* [ASSIGNMENT]
Only the lines from the beginning of the data below through the line that contains "v 1.07 12 3.802" should be repeated, exactly as written.

* [DATA FOR REVIEW]
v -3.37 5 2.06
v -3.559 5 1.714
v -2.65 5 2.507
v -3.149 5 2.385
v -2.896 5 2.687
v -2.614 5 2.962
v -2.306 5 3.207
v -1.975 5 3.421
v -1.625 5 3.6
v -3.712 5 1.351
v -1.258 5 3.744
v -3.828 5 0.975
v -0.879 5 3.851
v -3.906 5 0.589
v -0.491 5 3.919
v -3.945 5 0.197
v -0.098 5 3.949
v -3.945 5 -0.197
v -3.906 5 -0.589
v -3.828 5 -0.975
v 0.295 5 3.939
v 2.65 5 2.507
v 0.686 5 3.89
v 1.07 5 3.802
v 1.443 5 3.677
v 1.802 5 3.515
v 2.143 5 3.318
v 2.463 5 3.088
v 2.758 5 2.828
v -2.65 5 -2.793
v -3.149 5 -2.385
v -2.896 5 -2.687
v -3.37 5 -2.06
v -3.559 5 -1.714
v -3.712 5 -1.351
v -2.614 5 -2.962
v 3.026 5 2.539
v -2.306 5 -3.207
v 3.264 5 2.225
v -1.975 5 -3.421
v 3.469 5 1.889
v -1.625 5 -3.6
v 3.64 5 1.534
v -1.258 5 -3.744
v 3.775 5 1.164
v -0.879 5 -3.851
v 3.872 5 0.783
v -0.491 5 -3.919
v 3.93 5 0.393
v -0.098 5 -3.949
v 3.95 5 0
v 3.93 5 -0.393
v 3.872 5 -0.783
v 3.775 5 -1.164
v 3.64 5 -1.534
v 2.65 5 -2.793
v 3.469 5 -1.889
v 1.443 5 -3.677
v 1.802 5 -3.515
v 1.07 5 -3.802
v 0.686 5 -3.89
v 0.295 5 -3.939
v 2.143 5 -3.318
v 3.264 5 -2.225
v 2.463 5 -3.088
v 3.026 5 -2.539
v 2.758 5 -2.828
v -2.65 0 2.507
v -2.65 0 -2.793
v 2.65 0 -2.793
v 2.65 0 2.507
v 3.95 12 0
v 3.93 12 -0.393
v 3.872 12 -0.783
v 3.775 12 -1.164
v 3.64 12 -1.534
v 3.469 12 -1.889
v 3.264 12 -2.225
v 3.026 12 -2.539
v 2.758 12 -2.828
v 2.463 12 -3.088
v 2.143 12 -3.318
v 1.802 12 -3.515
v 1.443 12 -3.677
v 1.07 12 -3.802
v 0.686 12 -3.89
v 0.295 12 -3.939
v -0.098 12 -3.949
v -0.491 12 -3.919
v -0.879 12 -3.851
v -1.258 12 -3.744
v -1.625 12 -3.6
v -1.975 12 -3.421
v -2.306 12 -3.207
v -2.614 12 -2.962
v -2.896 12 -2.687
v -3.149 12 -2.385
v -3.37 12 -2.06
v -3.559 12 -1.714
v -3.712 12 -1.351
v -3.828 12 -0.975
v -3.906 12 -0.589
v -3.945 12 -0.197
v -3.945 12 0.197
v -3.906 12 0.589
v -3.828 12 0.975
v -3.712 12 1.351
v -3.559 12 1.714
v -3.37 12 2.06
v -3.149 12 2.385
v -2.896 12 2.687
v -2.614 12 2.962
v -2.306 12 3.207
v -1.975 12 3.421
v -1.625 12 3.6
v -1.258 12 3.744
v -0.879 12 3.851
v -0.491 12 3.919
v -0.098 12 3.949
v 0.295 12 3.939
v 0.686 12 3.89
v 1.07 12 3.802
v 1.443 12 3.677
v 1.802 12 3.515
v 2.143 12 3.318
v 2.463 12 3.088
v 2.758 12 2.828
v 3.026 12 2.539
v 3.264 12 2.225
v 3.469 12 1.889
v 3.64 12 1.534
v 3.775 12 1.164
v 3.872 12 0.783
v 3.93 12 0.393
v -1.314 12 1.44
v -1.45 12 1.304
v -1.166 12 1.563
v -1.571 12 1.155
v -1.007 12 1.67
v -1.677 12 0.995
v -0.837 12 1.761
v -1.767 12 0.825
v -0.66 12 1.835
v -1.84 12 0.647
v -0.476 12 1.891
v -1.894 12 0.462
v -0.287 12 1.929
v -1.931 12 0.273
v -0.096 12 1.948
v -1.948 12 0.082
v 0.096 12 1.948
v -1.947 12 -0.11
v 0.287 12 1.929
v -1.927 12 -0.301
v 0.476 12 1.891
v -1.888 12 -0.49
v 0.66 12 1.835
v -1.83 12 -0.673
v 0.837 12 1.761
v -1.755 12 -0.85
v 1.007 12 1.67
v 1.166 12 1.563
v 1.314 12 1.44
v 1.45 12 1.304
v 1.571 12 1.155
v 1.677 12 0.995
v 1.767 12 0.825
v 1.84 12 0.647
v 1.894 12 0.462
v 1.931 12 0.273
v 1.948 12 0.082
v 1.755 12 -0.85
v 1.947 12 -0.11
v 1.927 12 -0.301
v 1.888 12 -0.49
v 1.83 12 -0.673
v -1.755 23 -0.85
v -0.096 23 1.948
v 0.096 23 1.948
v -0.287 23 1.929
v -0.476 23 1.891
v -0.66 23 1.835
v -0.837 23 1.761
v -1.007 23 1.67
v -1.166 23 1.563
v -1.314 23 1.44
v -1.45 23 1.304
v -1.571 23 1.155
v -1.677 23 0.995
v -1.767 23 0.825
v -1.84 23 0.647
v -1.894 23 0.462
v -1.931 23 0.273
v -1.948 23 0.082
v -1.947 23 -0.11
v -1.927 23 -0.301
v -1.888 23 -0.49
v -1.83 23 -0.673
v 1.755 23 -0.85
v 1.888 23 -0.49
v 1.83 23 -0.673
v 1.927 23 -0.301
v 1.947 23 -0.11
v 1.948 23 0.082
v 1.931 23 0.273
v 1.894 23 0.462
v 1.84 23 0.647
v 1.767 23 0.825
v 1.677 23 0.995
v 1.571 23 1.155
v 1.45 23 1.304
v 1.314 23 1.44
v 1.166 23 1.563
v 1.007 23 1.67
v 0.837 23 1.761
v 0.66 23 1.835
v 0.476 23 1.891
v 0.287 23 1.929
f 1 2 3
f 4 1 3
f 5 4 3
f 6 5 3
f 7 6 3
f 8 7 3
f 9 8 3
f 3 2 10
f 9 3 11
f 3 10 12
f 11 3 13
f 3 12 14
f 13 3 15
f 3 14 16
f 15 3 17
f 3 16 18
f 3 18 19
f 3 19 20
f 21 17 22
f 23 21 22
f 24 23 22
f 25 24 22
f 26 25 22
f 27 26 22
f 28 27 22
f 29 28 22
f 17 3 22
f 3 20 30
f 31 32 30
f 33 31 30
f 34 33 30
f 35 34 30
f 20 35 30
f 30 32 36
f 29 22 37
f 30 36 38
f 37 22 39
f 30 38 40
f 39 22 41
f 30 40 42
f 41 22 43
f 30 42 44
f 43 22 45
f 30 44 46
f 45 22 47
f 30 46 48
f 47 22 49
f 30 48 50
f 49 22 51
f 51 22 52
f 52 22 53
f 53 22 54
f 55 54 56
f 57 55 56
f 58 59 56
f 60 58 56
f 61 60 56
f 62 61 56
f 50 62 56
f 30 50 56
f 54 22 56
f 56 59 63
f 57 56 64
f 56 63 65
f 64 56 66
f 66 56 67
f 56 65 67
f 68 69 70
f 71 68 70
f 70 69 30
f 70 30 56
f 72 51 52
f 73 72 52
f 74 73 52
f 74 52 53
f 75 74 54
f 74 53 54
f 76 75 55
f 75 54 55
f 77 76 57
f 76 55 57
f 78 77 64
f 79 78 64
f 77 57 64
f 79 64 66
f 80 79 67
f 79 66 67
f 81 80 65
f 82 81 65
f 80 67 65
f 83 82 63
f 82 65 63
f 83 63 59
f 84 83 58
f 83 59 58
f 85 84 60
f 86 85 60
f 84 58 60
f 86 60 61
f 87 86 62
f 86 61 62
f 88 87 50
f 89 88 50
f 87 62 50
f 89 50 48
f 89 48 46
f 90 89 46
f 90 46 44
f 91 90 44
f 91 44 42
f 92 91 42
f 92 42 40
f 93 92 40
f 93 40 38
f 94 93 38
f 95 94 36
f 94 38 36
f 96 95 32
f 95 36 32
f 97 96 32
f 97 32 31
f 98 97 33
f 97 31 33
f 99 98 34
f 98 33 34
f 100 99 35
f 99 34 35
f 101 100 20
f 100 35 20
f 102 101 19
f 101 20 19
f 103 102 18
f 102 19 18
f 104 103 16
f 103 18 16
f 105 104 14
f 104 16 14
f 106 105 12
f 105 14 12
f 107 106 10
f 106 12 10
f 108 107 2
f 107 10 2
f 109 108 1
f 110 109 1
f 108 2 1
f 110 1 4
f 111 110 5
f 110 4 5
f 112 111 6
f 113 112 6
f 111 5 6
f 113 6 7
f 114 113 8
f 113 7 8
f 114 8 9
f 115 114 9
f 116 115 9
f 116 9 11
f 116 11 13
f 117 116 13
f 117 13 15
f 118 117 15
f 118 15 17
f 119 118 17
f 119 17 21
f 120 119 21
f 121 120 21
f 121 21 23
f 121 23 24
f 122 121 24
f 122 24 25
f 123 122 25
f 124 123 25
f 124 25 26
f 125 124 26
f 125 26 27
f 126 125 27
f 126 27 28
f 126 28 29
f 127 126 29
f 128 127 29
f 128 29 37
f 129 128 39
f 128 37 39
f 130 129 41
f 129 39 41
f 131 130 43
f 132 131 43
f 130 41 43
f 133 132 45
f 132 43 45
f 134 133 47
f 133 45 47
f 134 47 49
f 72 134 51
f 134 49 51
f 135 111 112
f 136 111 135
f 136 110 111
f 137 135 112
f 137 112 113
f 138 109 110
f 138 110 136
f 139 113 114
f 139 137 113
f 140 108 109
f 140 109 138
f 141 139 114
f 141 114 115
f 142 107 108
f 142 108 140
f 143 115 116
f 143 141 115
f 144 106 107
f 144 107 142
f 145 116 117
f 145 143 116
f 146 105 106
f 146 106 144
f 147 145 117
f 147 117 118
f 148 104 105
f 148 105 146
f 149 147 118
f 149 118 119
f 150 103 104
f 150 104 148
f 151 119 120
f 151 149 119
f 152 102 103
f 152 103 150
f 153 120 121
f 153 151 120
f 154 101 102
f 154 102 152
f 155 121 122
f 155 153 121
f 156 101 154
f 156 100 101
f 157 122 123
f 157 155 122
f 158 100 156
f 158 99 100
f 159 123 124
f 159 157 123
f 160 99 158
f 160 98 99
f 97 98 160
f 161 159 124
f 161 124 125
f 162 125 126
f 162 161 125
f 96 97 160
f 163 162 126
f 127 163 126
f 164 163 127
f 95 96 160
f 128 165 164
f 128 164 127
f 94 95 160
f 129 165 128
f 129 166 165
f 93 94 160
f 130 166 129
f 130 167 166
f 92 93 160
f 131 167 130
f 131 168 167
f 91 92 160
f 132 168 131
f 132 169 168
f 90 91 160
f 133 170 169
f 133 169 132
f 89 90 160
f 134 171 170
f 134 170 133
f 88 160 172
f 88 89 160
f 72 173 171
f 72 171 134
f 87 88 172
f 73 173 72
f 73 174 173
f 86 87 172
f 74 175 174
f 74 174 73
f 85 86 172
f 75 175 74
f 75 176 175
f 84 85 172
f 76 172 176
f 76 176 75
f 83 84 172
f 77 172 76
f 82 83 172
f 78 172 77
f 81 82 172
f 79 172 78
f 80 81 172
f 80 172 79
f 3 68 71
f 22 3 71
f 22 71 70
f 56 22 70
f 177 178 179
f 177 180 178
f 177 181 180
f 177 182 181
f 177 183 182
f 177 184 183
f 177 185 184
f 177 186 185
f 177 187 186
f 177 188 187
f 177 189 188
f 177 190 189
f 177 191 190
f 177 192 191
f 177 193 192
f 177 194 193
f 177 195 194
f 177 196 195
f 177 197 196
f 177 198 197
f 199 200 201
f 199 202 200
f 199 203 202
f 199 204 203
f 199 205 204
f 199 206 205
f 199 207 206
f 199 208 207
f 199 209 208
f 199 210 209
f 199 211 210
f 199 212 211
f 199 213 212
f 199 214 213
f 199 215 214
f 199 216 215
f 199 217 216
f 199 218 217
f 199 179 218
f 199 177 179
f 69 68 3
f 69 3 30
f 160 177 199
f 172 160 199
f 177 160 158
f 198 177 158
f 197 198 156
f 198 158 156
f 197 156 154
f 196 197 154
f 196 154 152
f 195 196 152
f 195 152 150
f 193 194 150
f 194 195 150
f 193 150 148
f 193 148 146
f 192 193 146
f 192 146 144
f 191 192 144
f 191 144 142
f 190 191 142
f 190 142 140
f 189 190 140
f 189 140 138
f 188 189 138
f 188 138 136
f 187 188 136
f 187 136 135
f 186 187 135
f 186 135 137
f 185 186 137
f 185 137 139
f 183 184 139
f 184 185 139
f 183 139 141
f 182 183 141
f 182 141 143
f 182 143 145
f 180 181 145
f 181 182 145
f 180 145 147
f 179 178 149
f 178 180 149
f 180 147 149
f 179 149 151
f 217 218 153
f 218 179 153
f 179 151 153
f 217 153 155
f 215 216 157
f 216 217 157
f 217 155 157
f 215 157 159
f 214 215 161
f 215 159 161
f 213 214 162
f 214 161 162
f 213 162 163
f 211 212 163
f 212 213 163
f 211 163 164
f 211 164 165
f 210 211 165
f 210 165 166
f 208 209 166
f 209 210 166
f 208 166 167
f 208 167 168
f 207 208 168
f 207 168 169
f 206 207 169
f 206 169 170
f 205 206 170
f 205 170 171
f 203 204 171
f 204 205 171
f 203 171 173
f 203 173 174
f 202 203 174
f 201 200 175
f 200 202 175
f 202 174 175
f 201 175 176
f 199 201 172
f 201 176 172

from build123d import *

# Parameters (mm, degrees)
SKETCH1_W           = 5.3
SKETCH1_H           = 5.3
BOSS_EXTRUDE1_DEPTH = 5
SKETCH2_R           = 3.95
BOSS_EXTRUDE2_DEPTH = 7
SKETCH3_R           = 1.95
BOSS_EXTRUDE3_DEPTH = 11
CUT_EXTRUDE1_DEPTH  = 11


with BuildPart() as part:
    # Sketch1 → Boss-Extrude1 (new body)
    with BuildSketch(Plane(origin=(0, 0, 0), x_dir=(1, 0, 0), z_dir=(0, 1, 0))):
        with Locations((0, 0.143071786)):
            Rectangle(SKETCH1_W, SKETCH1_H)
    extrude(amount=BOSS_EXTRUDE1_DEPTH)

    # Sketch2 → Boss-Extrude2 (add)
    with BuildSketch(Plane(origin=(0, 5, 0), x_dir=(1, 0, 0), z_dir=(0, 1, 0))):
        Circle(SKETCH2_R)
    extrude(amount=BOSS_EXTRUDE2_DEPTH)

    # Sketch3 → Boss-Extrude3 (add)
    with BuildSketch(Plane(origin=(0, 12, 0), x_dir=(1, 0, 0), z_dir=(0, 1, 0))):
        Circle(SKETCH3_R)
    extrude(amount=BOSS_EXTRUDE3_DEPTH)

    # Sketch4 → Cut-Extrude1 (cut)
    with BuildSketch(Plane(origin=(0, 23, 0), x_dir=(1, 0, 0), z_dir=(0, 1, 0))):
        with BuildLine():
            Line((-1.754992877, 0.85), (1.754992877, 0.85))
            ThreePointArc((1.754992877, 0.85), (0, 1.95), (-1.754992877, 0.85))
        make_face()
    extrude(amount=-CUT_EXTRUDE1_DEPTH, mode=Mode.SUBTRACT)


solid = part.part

* [SOLUTION TO THIS EXERCISE]
v -3.37 5 2.06
v -3.559 5 1.714
v -2.65 5 2.507
v -3.149 5 2.385
v -2.896 5 2.687
v -2.614 5 2.962
v -2.306 5 3.207
v -1.975 5 3.421
v -1.625 5 3.6
v -3.712 5 1.351
v -1.258 5 3.744
v -3.828 5 0.975
v -0.879 5 3.851
v -3.906 5 0.589
v -0.491 5 3.919
v -3.945 5 0.197
v -0.098 5 3.949
v -3.945 5 -0.197
v -3.906 5 -0.589
v -3.828 5 -0.975
v 0.295 5 3.939
v 2.65 5 2.507
v 0.686 5 3.89
v 1.07 5 3.802
v 1.443 5 3.677
v 1.802 5 3.515
v 2.143 5 3.318
v 2.463 5 3.088
v 2.758 5 2.828
v -2.65 5 -2.793
v -3.149 5 -2.385
v -2.896 5 -2.687
v -3.37 5 -2.06
v -3.559 5 -1.714
v -3.712 5 -1.351
v -2.614 5 -2.962
v 3.026 5 2.539
v -2.306 5 -3.207
v 3.264 5 2.225
v -1.975 5 -3.421
v 3.469 5 1.889
v -1.625 5 -3.6
v 3.64 5 1.534
v -1.258 5 -3.744
v 3.775 5 1.164
v -0.879 5 -3.851
v 3.872 5 0.783
v -0.491 5 -3.919
v 3.93 5 0.393
v -0.098 5 -3.949
v 3.95 5 0
v 3.93 5 -0.393
v 3.872 5 -0.783
v 3.775 5 -1.164
v 3.64 5 -1.534
v 2.65 5 -2.793
v 3.469 5 -1.889
v 1.443 5 -3.677
v 1.802 5 -3.515
v 1.07 5 -3.802
v 0.686 5 -3.89
v 0.295 5 -3.939
v 2.143 5 -3.318
v 3.264 5 -2.225
v 2.463 5 -3.088
v 3.026 5 -2.539
v 2.758 5 -2.828
v -2.65 0 2.507
v -2.65 0 -2.793
v 2.65 0 -2.793
v 2.65 0 2.507
v 3.95 12 0
v 3.93 12 -0.393
v 3.872 12 -0.783
v 3.775 12 -1.164
v 3.64 12 -1.534
v 3.469 12 -1.889
v 3.264 12 -2.225
v 3.026 12 -2.539
v 2.758 12 -2.828
v 2.463 12 -3.088
v 2.143 12 -3.318
v 1.802 12 -3.515
v 1.443 12 -3.677
v 1.07 12 -3.802
v 0.686 12 -3.89
v 0.295 12 -3.939
v -0.098 12 -3.949
v -0.491 12 -3.919
v -0.879 12 -3.851
v -1.258 12 -3.744
v -1.625 12 -3.6
v -1.975 12 -3.421
v -2.306 12 -3.207
v -2.614 12 -2.962
v -2.896 12 -2.687
v -3.149 12 -2.385
v -3.37 12 -2.06
v -3.559 12 -1.714
v -3.712 12 -1.351
v -3.828 12 -0.975
v -3.906 12 -0.589
v -3.945 12 -0.197
v -3.945 12 0.197
v -3.906 12 0.589
v -3.828 12 0.975
v -3.712 12 1.351
v -3.559 12 1.714
v -3.37 12 2.06
v -3.149 12 2.385
v -2.896 12 2.687
v -2.614 12 2.962
v -2.306 12 3.207
v -1.975 12 3.421
v -1.625 12 3.6
v -1.258 12 3.744
v -0.879 12 3.851
v -0.491 12 3.919
v -0.098 12 3.949
v 0.295 12 3.939
v 0.686 12 3.89
v 1.07 12 3.802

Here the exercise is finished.